Traverse City Chamber of Commerce
202 E. Grandview Parkway, Traverse City, MI 49684

 
I hope to see some of you at these meetings and hear your opinion of what should be done in the event than an Asian carp shows up in your home water. It is a dismal scenario to consider, but one that is best to address before we have a crisis situation on our hands.

Dan O'Keefe
Michigan Sea Grant
MSU Extension


----------



## Boozer (Sep 5, 2010)

Anything planned for further South?


----------



## Spoonbill (Jan 28, 2009)

Nothing is planned further south at this time, but the St. Joe area would be a logical place to address the issue of carp control.


----------



## Boozer (Sep 5, 2010)

I definitely think there would be a lot of interest in one down here.
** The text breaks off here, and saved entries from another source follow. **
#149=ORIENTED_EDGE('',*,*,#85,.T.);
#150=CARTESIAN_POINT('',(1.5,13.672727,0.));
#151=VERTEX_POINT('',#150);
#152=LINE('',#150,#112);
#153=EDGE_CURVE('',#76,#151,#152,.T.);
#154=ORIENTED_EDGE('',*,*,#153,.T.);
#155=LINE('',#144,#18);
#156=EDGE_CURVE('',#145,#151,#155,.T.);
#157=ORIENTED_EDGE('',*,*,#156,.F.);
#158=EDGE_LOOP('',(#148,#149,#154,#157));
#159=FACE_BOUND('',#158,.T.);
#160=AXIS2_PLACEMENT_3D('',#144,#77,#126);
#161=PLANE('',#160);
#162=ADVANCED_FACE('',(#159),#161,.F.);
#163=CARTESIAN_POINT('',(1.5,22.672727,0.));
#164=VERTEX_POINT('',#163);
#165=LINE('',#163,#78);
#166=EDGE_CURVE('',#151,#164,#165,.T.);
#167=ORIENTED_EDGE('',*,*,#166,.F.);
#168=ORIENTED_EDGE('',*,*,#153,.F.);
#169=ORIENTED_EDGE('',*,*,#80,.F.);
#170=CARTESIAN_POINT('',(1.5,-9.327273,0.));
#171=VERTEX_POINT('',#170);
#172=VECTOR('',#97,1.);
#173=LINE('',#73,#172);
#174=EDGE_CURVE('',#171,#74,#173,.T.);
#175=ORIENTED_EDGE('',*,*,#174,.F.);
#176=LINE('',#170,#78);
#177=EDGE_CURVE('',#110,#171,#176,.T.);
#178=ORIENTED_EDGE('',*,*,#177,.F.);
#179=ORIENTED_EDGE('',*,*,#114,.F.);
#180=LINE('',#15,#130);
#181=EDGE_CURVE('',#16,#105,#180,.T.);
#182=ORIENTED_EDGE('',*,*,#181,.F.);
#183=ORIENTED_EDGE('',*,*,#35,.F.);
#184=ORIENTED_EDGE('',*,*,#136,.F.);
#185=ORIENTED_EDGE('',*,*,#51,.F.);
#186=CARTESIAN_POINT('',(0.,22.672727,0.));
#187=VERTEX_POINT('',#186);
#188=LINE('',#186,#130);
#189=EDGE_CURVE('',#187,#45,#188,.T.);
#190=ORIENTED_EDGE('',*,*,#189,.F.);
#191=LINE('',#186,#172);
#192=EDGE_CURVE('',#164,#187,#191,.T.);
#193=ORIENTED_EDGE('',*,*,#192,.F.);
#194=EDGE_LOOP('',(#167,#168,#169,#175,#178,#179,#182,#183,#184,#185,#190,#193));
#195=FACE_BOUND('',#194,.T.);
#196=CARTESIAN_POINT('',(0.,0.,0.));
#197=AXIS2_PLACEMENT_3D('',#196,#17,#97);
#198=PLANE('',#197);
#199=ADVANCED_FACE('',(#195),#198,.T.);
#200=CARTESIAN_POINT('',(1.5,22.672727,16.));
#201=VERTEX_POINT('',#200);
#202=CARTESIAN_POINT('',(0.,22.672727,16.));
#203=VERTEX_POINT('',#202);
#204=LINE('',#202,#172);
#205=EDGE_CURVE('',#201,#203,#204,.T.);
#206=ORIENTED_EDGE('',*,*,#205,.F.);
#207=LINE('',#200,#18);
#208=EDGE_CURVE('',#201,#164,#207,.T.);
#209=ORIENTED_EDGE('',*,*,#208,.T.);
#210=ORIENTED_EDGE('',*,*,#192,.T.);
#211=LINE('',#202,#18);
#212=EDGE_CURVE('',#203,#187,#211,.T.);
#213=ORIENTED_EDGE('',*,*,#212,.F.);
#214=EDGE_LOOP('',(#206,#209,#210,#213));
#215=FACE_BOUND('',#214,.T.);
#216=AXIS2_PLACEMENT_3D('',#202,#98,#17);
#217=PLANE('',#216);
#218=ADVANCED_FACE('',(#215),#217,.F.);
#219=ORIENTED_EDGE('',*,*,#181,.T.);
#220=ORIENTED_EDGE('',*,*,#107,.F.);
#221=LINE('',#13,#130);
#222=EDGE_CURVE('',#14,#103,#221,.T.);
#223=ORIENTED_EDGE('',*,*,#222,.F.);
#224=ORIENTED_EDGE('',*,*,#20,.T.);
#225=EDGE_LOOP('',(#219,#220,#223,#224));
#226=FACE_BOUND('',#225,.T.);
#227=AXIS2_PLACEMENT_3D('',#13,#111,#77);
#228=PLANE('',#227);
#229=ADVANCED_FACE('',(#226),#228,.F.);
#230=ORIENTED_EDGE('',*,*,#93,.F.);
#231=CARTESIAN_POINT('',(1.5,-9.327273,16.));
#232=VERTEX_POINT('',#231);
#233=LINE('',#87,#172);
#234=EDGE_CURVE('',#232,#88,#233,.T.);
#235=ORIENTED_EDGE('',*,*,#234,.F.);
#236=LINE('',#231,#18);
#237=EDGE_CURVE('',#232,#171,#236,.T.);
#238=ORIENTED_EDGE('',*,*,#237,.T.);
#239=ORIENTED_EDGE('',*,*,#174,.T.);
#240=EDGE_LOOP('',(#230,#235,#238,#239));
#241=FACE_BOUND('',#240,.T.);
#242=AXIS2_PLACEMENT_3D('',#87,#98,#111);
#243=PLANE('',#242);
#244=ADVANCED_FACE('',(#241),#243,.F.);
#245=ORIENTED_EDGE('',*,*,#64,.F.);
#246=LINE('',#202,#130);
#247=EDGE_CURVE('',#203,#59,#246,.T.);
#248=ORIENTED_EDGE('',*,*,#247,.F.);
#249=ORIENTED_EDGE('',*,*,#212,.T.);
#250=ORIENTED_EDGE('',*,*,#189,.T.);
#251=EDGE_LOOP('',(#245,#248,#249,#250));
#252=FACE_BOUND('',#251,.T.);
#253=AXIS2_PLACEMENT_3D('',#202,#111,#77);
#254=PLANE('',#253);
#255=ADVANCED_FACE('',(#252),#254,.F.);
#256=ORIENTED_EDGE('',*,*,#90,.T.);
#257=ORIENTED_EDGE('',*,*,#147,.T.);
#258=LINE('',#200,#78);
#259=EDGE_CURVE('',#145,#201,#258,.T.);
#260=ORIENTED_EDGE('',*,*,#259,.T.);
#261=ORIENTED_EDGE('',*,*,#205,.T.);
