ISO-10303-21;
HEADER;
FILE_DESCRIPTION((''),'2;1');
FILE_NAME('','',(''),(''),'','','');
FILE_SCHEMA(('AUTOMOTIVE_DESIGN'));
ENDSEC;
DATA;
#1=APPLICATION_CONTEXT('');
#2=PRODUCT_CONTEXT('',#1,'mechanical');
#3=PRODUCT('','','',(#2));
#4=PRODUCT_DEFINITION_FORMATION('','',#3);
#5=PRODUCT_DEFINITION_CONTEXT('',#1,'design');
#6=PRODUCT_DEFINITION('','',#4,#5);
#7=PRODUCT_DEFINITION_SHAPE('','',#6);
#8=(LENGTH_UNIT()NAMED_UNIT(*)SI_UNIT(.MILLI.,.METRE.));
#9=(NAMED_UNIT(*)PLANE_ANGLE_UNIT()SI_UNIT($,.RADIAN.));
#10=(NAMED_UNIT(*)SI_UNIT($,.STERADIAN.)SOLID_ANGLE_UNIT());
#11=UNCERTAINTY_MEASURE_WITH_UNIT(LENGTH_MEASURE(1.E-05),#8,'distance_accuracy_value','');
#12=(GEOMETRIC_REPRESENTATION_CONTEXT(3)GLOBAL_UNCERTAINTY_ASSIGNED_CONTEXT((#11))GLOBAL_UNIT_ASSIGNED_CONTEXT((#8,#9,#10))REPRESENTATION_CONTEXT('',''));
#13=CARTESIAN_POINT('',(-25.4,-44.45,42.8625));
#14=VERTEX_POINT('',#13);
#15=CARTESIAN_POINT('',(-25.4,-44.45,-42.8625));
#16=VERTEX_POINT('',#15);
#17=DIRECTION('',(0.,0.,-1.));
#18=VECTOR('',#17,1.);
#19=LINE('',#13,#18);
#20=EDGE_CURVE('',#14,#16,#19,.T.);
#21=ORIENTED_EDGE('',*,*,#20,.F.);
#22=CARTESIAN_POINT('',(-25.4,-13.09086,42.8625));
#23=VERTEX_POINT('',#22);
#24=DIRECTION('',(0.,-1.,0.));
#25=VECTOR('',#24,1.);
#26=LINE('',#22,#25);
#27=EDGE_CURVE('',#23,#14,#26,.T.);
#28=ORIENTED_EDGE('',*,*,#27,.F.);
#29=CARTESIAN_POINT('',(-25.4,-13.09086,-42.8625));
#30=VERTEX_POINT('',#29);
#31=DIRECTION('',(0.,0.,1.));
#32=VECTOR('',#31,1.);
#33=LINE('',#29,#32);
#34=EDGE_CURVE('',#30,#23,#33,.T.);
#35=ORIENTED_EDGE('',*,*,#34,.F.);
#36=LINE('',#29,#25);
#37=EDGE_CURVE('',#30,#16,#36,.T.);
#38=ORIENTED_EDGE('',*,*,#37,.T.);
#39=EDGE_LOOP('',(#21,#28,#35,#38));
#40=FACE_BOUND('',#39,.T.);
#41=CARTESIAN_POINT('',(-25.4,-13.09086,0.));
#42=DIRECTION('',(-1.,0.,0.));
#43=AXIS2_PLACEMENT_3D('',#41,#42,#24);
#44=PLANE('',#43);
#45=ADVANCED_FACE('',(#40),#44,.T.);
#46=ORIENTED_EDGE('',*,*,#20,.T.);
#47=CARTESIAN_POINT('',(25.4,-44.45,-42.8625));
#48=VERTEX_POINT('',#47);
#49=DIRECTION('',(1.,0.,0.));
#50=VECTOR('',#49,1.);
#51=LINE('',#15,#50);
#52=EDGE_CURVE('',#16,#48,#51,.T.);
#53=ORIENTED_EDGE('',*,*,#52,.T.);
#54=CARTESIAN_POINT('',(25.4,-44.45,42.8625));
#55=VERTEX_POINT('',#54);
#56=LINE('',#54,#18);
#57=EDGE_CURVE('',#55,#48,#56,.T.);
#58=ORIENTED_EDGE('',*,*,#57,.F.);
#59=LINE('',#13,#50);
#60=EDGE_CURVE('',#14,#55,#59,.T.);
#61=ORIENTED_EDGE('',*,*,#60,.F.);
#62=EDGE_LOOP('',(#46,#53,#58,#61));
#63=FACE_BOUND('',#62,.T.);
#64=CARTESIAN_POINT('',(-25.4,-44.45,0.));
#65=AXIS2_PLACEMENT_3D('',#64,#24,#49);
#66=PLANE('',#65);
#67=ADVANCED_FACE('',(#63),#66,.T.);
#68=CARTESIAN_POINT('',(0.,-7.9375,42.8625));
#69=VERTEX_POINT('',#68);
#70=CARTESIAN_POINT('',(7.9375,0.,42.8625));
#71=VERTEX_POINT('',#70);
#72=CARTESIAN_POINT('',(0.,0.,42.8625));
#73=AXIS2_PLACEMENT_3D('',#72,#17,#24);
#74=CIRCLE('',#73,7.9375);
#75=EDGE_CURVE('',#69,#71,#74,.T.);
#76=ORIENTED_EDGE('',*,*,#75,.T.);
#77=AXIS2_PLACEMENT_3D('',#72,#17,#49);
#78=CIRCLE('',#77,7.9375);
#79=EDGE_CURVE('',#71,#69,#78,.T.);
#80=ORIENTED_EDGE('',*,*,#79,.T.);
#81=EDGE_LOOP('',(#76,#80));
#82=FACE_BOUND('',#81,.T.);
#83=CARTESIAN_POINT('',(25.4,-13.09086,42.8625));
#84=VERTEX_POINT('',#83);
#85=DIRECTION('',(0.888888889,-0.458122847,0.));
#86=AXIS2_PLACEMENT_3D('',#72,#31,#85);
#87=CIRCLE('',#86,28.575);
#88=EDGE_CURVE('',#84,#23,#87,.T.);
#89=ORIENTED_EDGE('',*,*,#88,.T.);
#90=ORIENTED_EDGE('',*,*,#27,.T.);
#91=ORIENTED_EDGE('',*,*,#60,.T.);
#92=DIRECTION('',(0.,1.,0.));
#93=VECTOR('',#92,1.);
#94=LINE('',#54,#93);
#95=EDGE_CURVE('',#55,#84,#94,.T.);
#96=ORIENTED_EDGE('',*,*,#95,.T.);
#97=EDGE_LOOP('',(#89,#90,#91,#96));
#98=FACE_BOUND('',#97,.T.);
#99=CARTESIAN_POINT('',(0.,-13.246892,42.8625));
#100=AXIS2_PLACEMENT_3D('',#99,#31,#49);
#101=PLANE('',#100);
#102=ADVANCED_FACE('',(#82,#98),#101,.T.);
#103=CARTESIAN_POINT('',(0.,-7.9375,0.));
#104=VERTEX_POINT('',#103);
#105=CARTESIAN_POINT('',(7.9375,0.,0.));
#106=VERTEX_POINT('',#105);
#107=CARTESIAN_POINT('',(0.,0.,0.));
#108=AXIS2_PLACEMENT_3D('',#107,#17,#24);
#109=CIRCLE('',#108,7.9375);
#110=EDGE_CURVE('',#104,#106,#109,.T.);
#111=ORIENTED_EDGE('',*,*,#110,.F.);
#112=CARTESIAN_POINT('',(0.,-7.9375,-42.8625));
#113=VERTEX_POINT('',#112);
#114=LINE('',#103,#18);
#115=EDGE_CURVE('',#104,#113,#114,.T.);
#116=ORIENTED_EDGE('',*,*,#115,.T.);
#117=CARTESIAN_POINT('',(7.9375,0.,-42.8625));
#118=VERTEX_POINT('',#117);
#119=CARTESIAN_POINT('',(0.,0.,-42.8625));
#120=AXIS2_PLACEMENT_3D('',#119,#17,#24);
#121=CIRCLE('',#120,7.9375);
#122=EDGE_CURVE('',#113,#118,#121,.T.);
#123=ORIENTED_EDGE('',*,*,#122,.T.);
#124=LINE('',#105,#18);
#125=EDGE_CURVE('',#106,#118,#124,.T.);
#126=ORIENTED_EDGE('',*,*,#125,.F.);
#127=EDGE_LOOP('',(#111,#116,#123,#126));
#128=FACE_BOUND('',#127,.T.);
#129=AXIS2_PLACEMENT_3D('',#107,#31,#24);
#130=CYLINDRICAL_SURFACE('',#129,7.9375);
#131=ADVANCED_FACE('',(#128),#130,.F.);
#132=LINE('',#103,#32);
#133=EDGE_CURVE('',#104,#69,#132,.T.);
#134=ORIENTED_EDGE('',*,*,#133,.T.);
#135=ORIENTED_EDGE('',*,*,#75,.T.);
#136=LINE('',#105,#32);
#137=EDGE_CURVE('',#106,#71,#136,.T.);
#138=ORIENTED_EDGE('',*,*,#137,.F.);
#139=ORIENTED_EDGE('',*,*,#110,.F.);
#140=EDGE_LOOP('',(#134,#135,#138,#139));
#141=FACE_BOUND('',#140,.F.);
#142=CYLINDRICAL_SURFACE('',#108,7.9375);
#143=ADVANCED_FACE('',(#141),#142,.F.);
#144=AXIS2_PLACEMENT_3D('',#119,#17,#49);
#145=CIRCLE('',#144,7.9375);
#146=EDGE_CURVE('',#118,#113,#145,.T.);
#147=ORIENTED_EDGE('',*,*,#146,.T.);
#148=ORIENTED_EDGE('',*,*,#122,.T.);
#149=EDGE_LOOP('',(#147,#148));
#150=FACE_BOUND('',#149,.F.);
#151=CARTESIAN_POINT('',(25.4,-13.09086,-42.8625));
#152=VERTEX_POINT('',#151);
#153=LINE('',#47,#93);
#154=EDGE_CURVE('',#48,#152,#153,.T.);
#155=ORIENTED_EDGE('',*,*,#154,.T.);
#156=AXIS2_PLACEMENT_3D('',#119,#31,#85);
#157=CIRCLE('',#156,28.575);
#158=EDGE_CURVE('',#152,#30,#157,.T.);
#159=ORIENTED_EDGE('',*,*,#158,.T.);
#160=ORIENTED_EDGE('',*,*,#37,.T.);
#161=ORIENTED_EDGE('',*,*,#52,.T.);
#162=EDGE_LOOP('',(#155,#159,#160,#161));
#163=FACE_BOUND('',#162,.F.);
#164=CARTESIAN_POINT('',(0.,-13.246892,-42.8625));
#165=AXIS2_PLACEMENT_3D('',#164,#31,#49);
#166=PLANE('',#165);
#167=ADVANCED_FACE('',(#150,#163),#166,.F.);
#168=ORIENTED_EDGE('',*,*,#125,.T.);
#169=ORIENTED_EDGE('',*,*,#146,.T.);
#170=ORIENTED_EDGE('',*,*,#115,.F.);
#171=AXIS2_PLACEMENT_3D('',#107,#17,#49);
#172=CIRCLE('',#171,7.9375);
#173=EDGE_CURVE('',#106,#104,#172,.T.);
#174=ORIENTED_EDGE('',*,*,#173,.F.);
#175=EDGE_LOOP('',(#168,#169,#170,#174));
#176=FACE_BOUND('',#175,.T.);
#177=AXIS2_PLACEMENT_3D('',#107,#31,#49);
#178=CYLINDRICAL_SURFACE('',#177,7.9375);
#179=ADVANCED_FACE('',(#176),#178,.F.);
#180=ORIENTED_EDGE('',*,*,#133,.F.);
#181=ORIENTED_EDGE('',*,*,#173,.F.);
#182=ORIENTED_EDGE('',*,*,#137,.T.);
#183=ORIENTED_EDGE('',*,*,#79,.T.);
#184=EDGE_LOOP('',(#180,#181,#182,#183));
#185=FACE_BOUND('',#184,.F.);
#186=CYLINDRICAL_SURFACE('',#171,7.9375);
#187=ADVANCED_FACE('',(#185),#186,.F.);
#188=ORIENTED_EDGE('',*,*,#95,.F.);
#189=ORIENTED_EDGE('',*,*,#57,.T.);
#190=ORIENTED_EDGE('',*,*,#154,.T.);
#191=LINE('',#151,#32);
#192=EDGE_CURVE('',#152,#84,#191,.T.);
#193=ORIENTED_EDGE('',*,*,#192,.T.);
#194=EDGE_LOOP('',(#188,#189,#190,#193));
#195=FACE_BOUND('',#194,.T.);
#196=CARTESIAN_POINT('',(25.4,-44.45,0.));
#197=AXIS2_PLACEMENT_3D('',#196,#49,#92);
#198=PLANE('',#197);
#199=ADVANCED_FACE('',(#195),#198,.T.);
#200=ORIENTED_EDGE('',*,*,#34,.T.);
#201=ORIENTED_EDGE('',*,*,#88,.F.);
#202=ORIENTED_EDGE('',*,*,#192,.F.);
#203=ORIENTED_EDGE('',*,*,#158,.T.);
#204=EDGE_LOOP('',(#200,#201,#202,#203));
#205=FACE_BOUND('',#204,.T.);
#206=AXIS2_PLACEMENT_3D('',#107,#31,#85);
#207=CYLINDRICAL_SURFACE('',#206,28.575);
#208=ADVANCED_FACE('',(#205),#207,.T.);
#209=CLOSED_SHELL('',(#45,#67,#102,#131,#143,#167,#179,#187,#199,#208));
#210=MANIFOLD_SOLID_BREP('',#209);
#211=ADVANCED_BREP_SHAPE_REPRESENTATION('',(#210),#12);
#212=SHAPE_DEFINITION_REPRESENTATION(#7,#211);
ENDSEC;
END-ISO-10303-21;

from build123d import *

# Parameters (mm, degrees)
F1_DEPTH = 42.8625


with BuildPart() as f1:
    # F0 (on Top) → F1 (new body, symmetric)
    with BuildSketch(Plane.XY):
        with BuildLine():
            Line((25.4, -44.45), (25.4, -13.0908603613))
            ThreePointArc((25.4, -13.0908603613), (0, 28.575), (-25.4, -13.0908603613))
            Line((-25.4, -13.0908603613), (-25.4, -44.45))
            Line((-25.4, -44.45), (25.4, -44.45))
        make_face()
        with BuildLine():
            ThreePointArc((0, -7.9375), (-5.6126600757, 5.6126600757), (7.9375, 0))
            ThreePointArc((7.9375, 0), (5.6126600757, -5.6126600757), (0, -7.9375))
        make_face(mode=Mode.SUBTRACT)
    extrude(amount=F1_DEPTH, both=True)


solid = f1.part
Have a good day and perhaps will see you down here someday for a meeting.


----------



## walranger5 (May 1, 2005)

I attended the Muskegon meeting, I believe the Reps. Hughes, Foster, Smiidt, are sincere about wanting to do something. A complaint was made that the corps plan wont be done until 2015, the DNR brought up their plan (80 pages) but failed to mention it is a 5 year plan, that they don't know what they're are going to do, except it will be expensive. I would like very much to walk away from this cluster, the people responsible for our problems have taken hypocrisy to a new level. So Asian Carp do not need 100 miles to spawn. the eggs are supposed drop to the bottom in stiil water. West Michigan will be hit the hardest, as we have the spawning/nursery areas. Not what they said, what the fish say. I got an E mail last week, from the No 1 expert that admits the Asian Carp will eat Spiny fleas, which are native to China, and we have lots. The one thing the stood out at the meeting was what to do "if" they find one. There is no if, 3 barriers now, and the voltage is not high enough, and the point was made, there's 36 ways into lake Michigan. Believe what you like, but you won't like what the Asian Carp do.


----------



## Boozer (Sep 5, 2010)

walranger5 said:


> I attended the Muskegon meeting, I believe the Reps. Hughes, Foster, Smiidt, are sincere about wanting to do something. A complaint was made that the corps plan wont be done until 2015, the DNR brought up their plan (80 pages) but failed to mention it is a 5 year plan, that they don't know what they're are going to do, except it will be expensive. I would like very much to walk away from this cluster, the people responsible for our problems have taken hypocrisy to a new level. So Asian Carp do not need 100 miles to spawn. the eggs are supposed drop to the bottom in stiil water. West Michigan will be hit the hardest, as we have the spawning/nursery areas. Not what they said, what the fish say. I got an E mail last week, from the No 1 expert that admits the Asian Carp will eat Spiny fleas, which are native to China, and we have lots. The one thing the stood out at the meeting was what to do "if" they find one. There is no if, 3 barriers now, and the voltage is not high enough, and the point was made, there's 36 ways into lake Michigan. Believe what you like, but you won't like what the Asian Carp do.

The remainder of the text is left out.